Interval notation is a convenient way of expressing the solution set of an inequality. It provides a clear and concise representation of ranges of numbers. When using interval notation:

• Parentheses \((...,... )\) are used to indicate that an endpoint is not included in the interval. This is known as an open interval.
• Brackets \([..., ... ]\) indicate that an endpoint is included. This is called a closed interval.

For example, in the solution \((-\infty, -5] \cup (3,\infty)\), the square bracket \([-5]\) indicates that -5 is included in the solution, whereas the parentheses around 3 and infinity indicate that they are not included. The union symbol \(\cup\) is used to show that the solution includes all numbers that are either less than or equal to -5, or greater than 3.

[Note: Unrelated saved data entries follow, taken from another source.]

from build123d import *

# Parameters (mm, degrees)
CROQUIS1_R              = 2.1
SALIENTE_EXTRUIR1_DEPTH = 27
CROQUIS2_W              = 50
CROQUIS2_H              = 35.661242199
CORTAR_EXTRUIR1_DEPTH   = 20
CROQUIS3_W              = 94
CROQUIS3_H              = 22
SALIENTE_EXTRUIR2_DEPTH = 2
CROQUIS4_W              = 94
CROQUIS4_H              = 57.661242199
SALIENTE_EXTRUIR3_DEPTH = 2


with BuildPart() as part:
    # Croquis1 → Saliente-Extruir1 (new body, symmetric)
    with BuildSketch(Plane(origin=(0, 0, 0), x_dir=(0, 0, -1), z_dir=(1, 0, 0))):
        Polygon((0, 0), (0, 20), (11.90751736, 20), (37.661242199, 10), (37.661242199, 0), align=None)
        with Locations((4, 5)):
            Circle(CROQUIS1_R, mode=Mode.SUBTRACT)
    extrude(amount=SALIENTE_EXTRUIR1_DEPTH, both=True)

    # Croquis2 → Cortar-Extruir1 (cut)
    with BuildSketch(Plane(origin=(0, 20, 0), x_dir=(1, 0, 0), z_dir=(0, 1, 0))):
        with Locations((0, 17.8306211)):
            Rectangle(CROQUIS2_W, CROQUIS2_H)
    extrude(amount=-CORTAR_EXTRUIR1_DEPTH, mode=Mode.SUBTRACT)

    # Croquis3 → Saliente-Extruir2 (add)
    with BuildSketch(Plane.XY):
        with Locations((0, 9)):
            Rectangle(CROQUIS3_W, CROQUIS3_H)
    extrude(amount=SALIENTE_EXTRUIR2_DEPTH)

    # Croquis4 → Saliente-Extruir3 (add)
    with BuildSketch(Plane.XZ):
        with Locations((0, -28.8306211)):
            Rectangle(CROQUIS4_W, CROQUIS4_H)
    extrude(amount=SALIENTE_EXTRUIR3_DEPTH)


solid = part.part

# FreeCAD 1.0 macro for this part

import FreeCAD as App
import Part
import Sketcher

V = App.Vector

doc = App.newDocument("Part")
body = doc.addObject("PartDesign::Body", "Body")

# Sketch on YZ plane
sketch1 = body.newObject("Sketcher::SketchObject", "Sketch")
sketch1.AttachmentSupport = (doc.getObject("YZ_Plane"), [""])
sketch1.MapMode = "FlatFace"
sketch1.addGeometry([
    Part.LineSegment(V(20, 0, 0), V(0, 0, 0)),  # 0
    Part.LineSegment(V(0, 0, 0), V(0, -37.7, 0)),  # 1
    Part.LineSegment(V(0, -37.7, 0), V(10, -37.7, 0)),  # 2
    Part.LineSegment(V(10, -37.7, 0), V(20, -11.9, 0)),  # 3
    Part.LineSegment(V(20, -11.9, 0), V(20, 0, 0)),  # 4
    Part.Circle(V(5, -4, 0), V(0, 0, 1), 2.1),  # 5
], False)
sketch1.addConstraint([
    Sketcher.Constraint("Coincident", 0, 2, 1, 1),
    Sketcher.Constraint("Coincident", 1, 2, 2, 1),
    Sketcher.Constraint("Coincident", 2, 2, 3, 1),
    Sketcher.Constraint("Coincident", 3, 2, 4, 1),
    Sketcher.Constraint("Coincident", 4, 2, 0, 1),
    Sketcher.Constraint("Horizontal", 0),
    Sketcher.Constraint("Vertical", 1),
    Sketcher.Constraint("Horizontal", 2),
    Sketcher.Constraint("Vertical", 4),
    Sketcher.Constraint("Coincident", 0, 2, -1, 1),
    Sketcher.Constraint("Diameter", 5, 4.2),
    Sketcher.Constraint("DistanceX", 0, 2, 0, 1, 20.0),
    Sketcher.Constraint("DistanceX", 2, 1, 2, 2, 10.0),
    Sketcher.Constraint("DistanceX", -1, 1, 5, 3, 5.0),
    Sketcher.Constraint("DistanceY", 5, 3, -1, 1, 4.0),
    Sketcher.Constraint("Distance", 3, 27.627058),
    Sketcher.Constraint("DistanceY", 1, 2, 1, 1, 37.661242),
])
pad1 = body.newObject("PartDesign::Pad", "Pad")
pad1.Profile = sketch1
pad1.Length = 54
pad1.Midplane = True

# Sketch on XZ plane
sketch2 = body.newObject("Sketcher::SketchObject", "Sketch001")
sketch2.AttachmentSupport = (doc.getObject("XZ_Plane"), [""])
sketch2.MapMode = "FlatFace"
sketch2.AttachmentOffset = App.Placement(V(0, 0, -20), App.Rotation())
sketch2.addGeometry([
    Part.LineSegment(V(-25, -36, 0), V(-25, 0, 0)),
    Part.LineSegment(V(-25, 0, 0), V(25, 0, 0)),
    Part.LineSegment(V(25, 0, 0), V(25, -36, 0)),
    Part.LineSegment(V(25, -36, 0), V(-25, -36, 0)),
], False)
sketch2.addConstraint([
    Sketcher.Constraint("Coincident", 0, 2, 1, 1),
    Sketcher.Constraint("Coincident", 1, 2, 2, 1),
    Sketcher.Constraint("Coincident", 2, 2, 3, 1),
    Sketcher.Constraint("Coincident", 3, 2, 0, 1),
    Sketcher.Constraint("Vertical", 0),
    Sketcher.Constraint("Horizontal", 1),
    Sketcher.Constraint("Vertical", 2),
    Sketcher.Constraint("Horizontal", 3),
    Sketcher.Constraint("Symmetric", 0, 2, 1, 2, -1, 1),
    Sketcher.Constraint("DistanceX", 1, 1, 1, 2, 50.0),
    Sketcher.Constraint("DistanceY", 0, 1, 0, 2, 35.661242),
])
pocket1 = body.newObject("PartDesign::Pocket", "Pocket")
pocket1.Profile = sketch2
pocket1.Length = 20
pocket1.Reversed = True

# Sketch on XY plane
sketch3 = body.newObject("Sketcher::SketchObject", "Sketch002")
sketch3.AttachmentSupport = (doc.getObject("XY_Plane"), [""])
sketch3.MapMode = "FlatFace"
sketch3.addGeometry([
    Part.LineSegment(V(-47, 20, 0), V(-47, -2, 0)),
    Part.LineSegment(V(-47, -2, 0), V(47, -2, 0)),
    Part.LineSegment(V(47, -2, 0), V(47, 20, 0)),
    Part.LineSegment(V(47, 20, 0), V(-47, 20, 0)),
], False)
sketch3.addConstraint([
    Sketcher.Constraint("Coincident", 0, 2, 1, 1),
    Sketcher.Constraint("Coincident", 1, 2, 2, 1),
    Sketcher.Constraint("Coincident", 2, 2, 3, 1),
    Sketcher.Constraint("Coincident", 3, 2, 0, 1),
    Sketcher.Constraint("Vertical", 0),
    Sketcher.Constraint("Horizontal", 1),
    Sketcher.Constraint("Vertical", 2),
    Sketcher.Constraint("Horizontal", 3),
    Sketcher.Constraint("DistanceX", 1, 1, 1, 2, 94.0),
    Sketcher.Constraint("DistanceY", 0, 2, 0, 1, 22.0),
    Sketcher.Constraint("DistanceX", 0, 2, -1, 1, 47.0),
    Sketcher.Constraint("DistanceY", 0, 2, -1, 1, 2.0),
])
pad2 = body.newObject("PartDesign::Pad", "Pad001")
pad2.Profile = sketch3
pad2.Length = 2

# Sketch on XZ plane
sketch4 = body.newObject("Sketcher::SketchObject", "Sketch003")
sketch4.AttachmentSupport = (doc.getObject("XZ_Plane"), [""])
sketch4.MapMode = "FlatFace"
sketch4.addGeometry([
    Part.LineSegment(V(-47, 0, 0), V(-47, -58, 0)),
    Part.LineSegment(V(-47, -58, 0), V(47, -58, 0)),
    Part.LineSegment(V(47, -58, 0), V(47, 0, 0)),
    Part.LineSegment(V(47, 0, 0), V(-47, 0, 0)),
], False)
sketch4.addConstraint([
    Sketcher.Constraint("Coincident", 0, 2, 1, 1),
    Sketcher.Constraint("Coincident", 1, 2, 2, 1),
    Sketcher.Constraint("Coincident", 2, 2, 3, 1),
    Sketcher.Constraint("Coincident", 3, 2, 0, 1),
    Sketcher.Constraint("Vertical", 0),
    Sketcher.Constraint("Horizontal", 1),
    Sketcher.Constraint("Vertical", 2),
    Sketcher.Constraint("Horizontal", 3),
    Sketcher.Constraint("Symmetric", 2, 2, 3, 2, -1, 1),
    Sketcher.Constraint("DistanceX", 1, 1, 1, 2, 94.0),
    Sketcher.Constraint("DistanceY", 0, 2, 0, 1, 57.661242),
])
pad3 = body.newObject("PartDesign::Pad", "Pad002")
pad3.Profile = sketch4
pad3.Length = 2

doc.recompute()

A number line graph visually represents the solution set of an inequality. It helps to understand the range of values that satisfy the inequality. When graphing the solution set:

• An open circle at a point like 3 indicates that this value is not included in the solution set, as in the inequality \(x > 3\).
• A closed circle indicates inclusion, as in \(x \leq -5\), where a closed circle is placed at -5.

By shading the appropriate section of the number line, we illustrate the complete range of solutions. In our example, one section is shaded to the left of -5, including -5, and another section to the right of 3, excluding 3. These shaded areas represent all the solutions for the compound inequality.

A compound inequality involves two distinct inequalities joined by "and" or "or." It defines a condition where at least one or both parts of the inequality must be true.

• If connected with "and," both conditions must be satisfied simultaneously.
• If connected with "or," satisfying either inequality makes the entire statement true. This is the case in the example \(3x \leq -15 \text{ or } 2x > 6\).

Here, you solve each inequality separately and then look at the union of their solution sets. Our solution \((x \leq -5) \text{ or } (x > 3)\) captures numbers satisfying at least one of the inequalities, representing all possible solutions.

Representing a solution set effectively communicates the solution to inequalities. It can be expressed in multiple formats such as algebraic expressions, interval notation, or graphically on a number line. For our example:

• Algebraically, it's shown as \(x \leq -5\) or \(x > 3\).
• Interval notation presents it as \((-\infty, -5] \cup (3,\infty)\).
• The number line graph visualizes it with shaded areas and open/closed circles.

Each representation provides a different perspective but conveys the same information: all values less than or equal to -5, or greater than 3 are solutions to the compound inequality.